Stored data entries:
▼
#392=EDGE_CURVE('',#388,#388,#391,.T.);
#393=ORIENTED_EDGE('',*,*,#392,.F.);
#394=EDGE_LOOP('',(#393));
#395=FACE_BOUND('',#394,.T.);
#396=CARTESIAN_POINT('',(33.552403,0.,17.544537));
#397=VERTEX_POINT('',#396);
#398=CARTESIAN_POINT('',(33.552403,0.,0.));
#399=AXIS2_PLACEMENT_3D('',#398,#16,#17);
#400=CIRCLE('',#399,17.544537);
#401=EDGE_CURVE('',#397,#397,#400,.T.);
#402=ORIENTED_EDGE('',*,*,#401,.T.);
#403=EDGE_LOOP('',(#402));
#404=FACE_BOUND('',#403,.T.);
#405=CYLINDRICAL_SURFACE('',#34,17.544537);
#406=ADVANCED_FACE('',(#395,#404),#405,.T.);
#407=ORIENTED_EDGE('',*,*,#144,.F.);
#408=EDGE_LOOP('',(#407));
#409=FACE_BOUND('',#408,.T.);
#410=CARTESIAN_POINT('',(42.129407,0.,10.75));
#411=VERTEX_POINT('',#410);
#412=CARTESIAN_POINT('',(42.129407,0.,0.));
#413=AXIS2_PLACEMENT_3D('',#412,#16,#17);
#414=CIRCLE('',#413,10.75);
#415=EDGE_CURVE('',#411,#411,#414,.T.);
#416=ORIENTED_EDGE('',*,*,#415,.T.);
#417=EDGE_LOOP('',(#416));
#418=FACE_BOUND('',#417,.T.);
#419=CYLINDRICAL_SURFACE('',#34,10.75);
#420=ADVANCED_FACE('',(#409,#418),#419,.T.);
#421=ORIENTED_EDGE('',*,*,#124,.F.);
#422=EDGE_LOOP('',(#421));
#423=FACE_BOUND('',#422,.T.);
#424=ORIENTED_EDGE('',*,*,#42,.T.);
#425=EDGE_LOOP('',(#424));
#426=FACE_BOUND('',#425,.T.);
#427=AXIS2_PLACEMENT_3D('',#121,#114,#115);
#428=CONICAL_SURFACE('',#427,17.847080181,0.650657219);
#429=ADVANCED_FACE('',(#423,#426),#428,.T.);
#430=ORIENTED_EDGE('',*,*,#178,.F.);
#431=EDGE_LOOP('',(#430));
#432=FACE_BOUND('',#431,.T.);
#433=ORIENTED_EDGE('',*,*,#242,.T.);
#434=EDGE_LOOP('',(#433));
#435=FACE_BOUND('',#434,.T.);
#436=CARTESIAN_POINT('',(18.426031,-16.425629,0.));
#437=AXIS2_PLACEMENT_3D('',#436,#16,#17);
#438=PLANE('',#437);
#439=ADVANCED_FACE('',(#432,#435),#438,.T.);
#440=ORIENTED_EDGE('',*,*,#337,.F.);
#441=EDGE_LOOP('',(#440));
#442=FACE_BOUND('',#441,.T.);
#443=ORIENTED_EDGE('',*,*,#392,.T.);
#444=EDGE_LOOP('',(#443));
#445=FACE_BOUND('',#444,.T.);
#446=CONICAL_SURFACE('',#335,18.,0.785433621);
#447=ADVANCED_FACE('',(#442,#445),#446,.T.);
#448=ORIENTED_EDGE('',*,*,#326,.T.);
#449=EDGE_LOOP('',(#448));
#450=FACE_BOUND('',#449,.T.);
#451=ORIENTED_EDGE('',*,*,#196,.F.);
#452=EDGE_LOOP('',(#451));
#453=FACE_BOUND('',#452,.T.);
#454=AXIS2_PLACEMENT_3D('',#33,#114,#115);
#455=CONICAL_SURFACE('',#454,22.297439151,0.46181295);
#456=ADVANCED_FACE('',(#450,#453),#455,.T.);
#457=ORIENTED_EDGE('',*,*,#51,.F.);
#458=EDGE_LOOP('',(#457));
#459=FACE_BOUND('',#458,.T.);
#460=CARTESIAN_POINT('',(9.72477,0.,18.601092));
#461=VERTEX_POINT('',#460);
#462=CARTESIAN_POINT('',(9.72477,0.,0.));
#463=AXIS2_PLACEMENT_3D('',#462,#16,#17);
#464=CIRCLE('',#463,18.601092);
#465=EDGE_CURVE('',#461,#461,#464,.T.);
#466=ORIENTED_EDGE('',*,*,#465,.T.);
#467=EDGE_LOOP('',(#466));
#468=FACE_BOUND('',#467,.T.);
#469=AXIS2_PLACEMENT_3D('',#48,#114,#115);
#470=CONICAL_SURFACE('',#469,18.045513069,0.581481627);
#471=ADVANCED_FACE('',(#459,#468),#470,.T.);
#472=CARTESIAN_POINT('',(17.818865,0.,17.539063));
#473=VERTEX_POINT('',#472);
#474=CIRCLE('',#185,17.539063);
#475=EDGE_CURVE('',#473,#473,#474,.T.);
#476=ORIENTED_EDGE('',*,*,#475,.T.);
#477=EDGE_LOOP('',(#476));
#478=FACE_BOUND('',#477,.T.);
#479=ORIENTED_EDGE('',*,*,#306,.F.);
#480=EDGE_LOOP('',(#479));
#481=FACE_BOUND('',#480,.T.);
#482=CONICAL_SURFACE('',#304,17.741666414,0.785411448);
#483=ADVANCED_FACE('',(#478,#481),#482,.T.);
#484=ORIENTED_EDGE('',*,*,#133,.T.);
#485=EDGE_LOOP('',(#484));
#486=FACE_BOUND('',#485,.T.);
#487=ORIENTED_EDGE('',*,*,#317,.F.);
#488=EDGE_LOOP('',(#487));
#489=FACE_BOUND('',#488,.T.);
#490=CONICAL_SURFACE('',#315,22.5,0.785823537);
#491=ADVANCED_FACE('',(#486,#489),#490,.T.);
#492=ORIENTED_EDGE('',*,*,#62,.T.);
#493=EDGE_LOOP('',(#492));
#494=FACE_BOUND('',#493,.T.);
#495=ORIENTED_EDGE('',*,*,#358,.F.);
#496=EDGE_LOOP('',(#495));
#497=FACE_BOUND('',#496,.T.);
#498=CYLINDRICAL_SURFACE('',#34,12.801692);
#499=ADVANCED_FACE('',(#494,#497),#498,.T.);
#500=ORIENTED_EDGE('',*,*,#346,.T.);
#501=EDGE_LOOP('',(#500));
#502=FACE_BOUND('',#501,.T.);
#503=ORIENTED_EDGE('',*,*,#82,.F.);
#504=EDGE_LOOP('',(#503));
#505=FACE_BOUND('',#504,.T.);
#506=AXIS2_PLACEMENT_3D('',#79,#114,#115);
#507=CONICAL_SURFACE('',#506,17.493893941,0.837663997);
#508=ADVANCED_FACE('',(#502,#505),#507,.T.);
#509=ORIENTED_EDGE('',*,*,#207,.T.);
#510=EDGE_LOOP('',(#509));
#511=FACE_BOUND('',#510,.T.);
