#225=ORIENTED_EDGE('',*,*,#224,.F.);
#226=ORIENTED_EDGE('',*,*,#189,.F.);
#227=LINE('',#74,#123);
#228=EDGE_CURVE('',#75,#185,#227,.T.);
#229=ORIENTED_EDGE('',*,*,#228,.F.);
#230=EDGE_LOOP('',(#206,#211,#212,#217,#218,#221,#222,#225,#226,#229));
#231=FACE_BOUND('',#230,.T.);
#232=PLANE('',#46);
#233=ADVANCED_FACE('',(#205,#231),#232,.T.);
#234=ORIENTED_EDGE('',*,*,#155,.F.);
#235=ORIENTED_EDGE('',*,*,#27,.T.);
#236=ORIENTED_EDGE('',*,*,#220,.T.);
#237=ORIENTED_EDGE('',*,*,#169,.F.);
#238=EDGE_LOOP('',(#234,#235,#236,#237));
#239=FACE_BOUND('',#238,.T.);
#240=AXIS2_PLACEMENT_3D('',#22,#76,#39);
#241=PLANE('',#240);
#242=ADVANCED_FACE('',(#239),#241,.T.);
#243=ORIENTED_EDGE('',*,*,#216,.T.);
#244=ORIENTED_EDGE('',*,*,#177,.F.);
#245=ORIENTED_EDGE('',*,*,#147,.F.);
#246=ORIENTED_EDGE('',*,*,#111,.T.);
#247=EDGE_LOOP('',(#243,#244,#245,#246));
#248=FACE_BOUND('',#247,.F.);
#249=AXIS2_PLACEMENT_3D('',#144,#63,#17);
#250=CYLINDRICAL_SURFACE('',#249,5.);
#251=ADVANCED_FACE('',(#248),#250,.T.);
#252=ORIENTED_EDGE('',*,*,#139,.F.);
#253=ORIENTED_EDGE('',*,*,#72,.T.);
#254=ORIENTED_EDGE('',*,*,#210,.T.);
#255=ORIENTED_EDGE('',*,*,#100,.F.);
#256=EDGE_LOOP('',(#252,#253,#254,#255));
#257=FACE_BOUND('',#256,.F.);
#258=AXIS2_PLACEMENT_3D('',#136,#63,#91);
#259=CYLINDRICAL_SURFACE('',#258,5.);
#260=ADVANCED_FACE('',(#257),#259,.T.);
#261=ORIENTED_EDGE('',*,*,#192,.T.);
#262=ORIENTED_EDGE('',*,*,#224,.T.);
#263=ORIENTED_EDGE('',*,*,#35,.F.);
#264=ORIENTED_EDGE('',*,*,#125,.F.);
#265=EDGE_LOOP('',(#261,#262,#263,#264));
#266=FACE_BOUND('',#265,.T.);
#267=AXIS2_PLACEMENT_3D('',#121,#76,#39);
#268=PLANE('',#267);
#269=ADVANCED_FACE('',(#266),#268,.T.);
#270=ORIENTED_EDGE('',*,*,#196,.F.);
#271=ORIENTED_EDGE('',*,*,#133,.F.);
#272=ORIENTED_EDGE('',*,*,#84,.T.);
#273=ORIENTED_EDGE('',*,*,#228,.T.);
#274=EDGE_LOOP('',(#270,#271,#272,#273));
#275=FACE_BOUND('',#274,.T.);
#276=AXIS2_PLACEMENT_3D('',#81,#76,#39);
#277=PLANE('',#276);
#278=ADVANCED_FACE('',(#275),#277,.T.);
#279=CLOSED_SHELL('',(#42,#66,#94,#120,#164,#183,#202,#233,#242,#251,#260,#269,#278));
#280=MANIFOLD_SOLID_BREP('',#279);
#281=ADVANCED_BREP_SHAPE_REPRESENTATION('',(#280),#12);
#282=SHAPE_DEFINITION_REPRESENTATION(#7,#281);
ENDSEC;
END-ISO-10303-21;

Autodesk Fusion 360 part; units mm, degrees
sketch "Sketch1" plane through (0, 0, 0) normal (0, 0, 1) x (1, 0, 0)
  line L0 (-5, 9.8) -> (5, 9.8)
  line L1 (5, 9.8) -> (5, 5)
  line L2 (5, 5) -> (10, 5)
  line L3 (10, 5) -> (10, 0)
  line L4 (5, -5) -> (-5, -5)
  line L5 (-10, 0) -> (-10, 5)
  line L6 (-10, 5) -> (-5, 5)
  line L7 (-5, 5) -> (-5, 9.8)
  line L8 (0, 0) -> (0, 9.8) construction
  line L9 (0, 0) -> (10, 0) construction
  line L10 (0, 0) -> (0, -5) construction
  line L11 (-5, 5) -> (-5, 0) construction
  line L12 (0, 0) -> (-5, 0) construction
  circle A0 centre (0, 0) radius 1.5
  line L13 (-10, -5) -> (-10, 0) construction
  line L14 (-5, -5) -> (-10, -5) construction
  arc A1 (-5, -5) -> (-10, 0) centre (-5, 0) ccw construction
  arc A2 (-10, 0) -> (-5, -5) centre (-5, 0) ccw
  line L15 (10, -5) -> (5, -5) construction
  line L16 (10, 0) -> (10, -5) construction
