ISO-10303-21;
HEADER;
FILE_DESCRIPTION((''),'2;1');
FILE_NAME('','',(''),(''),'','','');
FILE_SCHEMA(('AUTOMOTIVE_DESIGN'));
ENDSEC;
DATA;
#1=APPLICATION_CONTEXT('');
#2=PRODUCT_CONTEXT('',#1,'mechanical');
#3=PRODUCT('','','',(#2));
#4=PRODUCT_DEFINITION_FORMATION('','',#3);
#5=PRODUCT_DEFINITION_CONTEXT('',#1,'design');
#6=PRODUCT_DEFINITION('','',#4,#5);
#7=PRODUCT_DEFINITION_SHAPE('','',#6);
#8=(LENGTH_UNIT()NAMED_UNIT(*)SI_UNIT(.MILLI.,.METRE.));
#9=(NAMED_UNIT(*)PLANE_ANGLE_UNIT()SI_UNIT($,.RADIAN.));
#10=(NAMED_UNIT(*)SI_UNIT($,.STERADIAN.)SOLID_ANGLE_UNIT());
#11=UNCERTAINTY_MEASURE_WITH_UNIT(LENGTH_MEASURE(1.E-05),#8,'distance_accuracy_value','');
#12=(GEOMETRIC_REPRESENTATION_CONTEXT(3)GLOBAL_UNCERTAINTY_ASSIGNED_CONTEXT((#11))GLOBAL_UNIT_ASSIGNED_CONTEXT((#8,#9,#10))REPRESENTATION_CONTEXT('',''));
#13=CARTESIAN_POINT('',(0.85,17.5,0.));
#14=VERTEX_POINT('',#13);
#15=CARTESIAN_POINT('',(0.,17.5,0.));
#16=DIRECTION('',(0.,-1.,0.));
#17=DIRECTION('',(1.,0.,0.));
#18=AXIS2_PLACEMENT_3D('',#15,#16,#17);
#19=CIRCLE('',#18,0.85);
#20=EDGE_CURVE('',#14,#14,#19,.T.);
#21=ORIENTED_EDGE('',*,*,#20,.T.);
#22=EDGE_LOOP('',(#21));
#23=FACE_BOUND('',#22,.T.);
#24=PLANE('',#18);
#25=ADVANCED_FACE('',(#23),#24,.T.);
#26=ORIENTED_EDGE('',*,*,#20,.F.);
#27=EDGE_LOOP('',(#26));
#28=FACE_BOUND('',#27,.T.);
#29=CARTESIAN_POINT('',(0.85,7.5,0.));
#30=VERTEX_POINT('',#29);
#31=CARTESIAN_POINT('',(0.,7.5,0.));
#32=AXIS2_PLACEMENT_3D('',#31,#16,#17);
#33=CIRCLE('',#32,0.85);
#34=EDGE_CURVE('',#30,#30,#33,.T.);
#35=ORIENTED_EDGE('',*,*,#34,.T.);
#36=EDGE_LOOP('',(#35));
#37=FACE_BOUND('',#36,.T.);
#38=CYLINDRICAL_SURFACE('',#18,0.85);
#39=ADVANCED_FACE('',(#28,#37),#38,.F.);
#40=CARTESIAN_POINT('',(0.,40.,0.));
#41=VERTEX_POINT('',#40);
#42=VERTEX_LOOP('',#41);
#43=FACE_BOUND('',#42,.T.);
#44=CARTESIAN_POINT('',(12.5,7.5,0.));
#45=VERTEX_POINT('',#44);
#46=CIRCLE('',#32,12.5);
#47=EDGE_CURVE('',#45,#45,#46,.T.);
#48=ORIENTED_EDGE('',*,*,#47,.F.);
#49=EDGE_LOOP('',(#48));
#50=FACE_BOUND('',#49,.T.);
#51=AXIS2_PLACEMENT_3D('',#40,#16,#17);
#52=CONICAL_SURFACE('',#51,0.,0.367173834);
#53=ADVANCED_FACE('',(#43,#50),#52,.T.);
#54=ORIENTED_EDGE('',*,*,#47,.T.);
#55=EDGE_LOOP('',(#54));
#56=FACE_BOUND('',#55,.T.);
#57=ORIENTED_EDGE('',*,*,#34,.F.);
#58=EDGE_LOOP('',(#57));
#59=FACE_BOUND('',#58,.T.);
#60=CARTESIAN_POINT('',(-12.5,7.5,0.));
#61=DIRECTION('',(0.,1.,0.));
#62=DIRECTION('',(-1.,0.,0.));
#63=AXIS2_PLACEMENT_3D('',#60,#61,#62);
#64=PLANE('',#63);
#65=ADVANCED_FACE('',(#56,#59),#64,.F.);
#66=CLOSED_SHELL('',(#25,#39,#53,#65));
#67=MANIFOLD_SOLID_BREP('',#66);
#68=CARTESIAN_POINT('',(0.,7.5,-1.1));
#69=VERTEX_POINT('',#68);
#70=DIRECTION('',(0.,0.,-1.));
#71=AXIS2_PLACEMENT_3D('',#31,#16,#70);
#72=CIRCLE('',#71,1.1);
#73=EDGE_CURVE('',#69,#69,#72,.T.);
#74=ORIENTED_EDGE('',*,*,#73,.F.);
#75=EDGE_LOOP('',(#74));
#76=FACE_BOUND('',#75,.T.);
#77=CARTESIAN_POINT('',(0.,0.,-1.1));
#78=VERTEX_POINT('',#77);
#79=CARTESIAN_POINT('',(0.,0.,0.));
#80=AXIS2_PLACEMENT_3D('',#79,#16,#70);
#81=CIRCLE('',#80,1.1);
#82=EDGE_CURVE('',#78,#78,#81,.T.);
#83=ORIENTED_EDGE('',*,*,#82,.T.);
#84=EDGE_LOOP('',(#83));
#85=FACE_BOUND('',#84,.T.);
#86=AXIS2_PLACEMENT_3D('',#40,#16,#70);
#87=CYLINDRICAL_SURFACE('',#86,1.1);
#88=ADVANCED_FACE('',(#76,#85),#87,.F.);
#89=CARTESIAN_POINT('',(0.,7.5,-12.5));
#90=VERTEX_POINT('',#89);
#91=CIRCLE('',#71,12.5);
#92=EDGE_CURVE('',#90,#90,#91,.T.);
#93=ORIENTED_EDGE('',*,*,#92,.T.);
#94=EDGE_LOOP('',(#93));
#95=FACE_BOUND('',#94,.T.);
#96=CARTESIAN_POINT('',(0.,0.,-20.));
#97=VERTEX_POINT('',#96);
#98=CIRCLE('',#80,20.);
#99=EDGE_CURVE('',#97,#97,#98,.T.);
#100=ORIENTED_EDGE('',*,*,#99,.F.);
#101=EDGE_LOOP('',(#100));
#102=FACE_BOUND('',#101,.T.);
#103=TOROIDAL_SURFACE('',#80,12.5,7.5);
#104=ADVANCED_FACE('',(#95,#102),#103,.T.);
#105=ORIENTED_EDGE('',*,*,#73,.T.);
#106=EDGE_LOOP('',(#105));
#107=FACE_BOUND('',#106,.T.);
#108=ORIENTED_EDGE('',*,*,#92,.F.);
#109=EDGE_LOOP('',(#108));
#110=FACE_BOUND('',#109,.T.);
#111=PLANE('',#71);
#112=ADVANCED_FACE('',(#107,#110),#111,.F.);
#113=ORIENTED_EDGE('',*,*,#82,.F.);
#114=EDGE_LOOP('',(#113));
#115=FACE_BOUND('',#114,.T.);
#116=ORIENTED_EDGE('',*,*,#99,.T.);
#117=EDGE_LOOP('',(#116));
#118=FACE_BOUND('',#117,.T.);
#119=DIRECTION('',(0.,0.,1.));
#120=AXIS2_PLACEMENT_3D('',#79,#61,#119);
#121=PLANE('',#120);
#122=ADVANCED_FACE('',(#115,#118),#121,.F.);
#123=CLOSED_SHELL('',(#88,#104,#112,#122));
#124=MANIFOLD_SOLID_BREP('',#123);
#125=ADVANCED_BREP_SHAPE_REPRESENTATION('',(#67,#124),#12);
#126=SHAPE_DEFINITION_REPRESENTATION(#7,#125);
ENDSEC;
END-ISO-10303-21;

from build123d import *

# Parameters (mm, degrees)
SKETCH_4_R          = 1.1
CUT_EXTRUDE_1_DEPTH = 49.989794856
SKETCH_5_R          = 0.85
CUT_EXTRUDE_2_DEPTH = 10


with BuildPart() as part:
    # ｽｹｯﾁ1 → 回転1 (revolve)
    with BuildSketch(Plane.XY, mode=Mode.PRIVATE) as revolve_1_sk:
        with BuildLine():
            Line((0, 0), (0, 7.5))
            Line((0, 7.5), (-12.5, 7.5))
            ThreePointArc((-12.5, 7.5), (-17.803300859, 5.303300859), (-20, 0))
            Line((-20, 0), (0, 0))
        make_face()
    revolve(revolve_1_sk.sketch.rotate(Axis((0, 0, 0), (0, 1, 0)), 270), axis=Axis((0, 0, 0), (0, 1, 0)))

    # ｽｹｯﾁ4 → ｶｯﾄ - 押し出し1 (cut, through all)
    with BuildSketch(Plane.XZ):
        with Locations(Location((0, 0, 0), (0, 0, 270))):
            Circle(SKETCH_4_R)
    extrude(amount=-CUT_EXTRUDE_1_DEPTH, mode=Mode.SUBTRACT)


with BuildPart() as body_2:
    # ｽｹｯﾁ3 → 回転2 (revolve)
    with BuildSketch(Plane.XY, mode=Mode.PRIVATE) as revolve_2_sk:
        Polygon((0, 7.5), (0, 40), (-12.5, 7.5), align=None)
    revolve(revolve_2_sk.sketch.rotate(Axis((0, 7.5, 0), (0, 1, 0)), 180), axis=Axis((0, 7.5, 0), (0, 1, 0)))

    # ｽｹｯﾁ5 → ｶｯﾄ - 押し出し2 (cut)
    with BuildSketch(Plane.XZ.offset(-7.5)):
        Circle(SKETCH_5_R)
    extrude(amount=-CUT_EXTRUDE_2_DEPTH, mode=Mode.SUBTRACT)


solid = Compound([part.part, body_2.part])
▲
Output, exactly and in full, the lines from the start of the entries above through the line that contains "#398=CARTESIAN_POINT('',(33.552403,0.,0.));".

#392=EDGE_CURVE('',#388,#388,#391,.T.);
#393=ORIENTED_EDGE('',*,*,#392,.F.);
#394=EDGE_LOOP('',(#393));
#395=FACE_BOUND('',#394,.T.);
#396=CARTESIAN_POINT('',(33.552403,0.,17.544537));
#397=VERTEX_POINT('',#396);
#398=CARTESIAN_POINT('',(33.552403,0.,0.));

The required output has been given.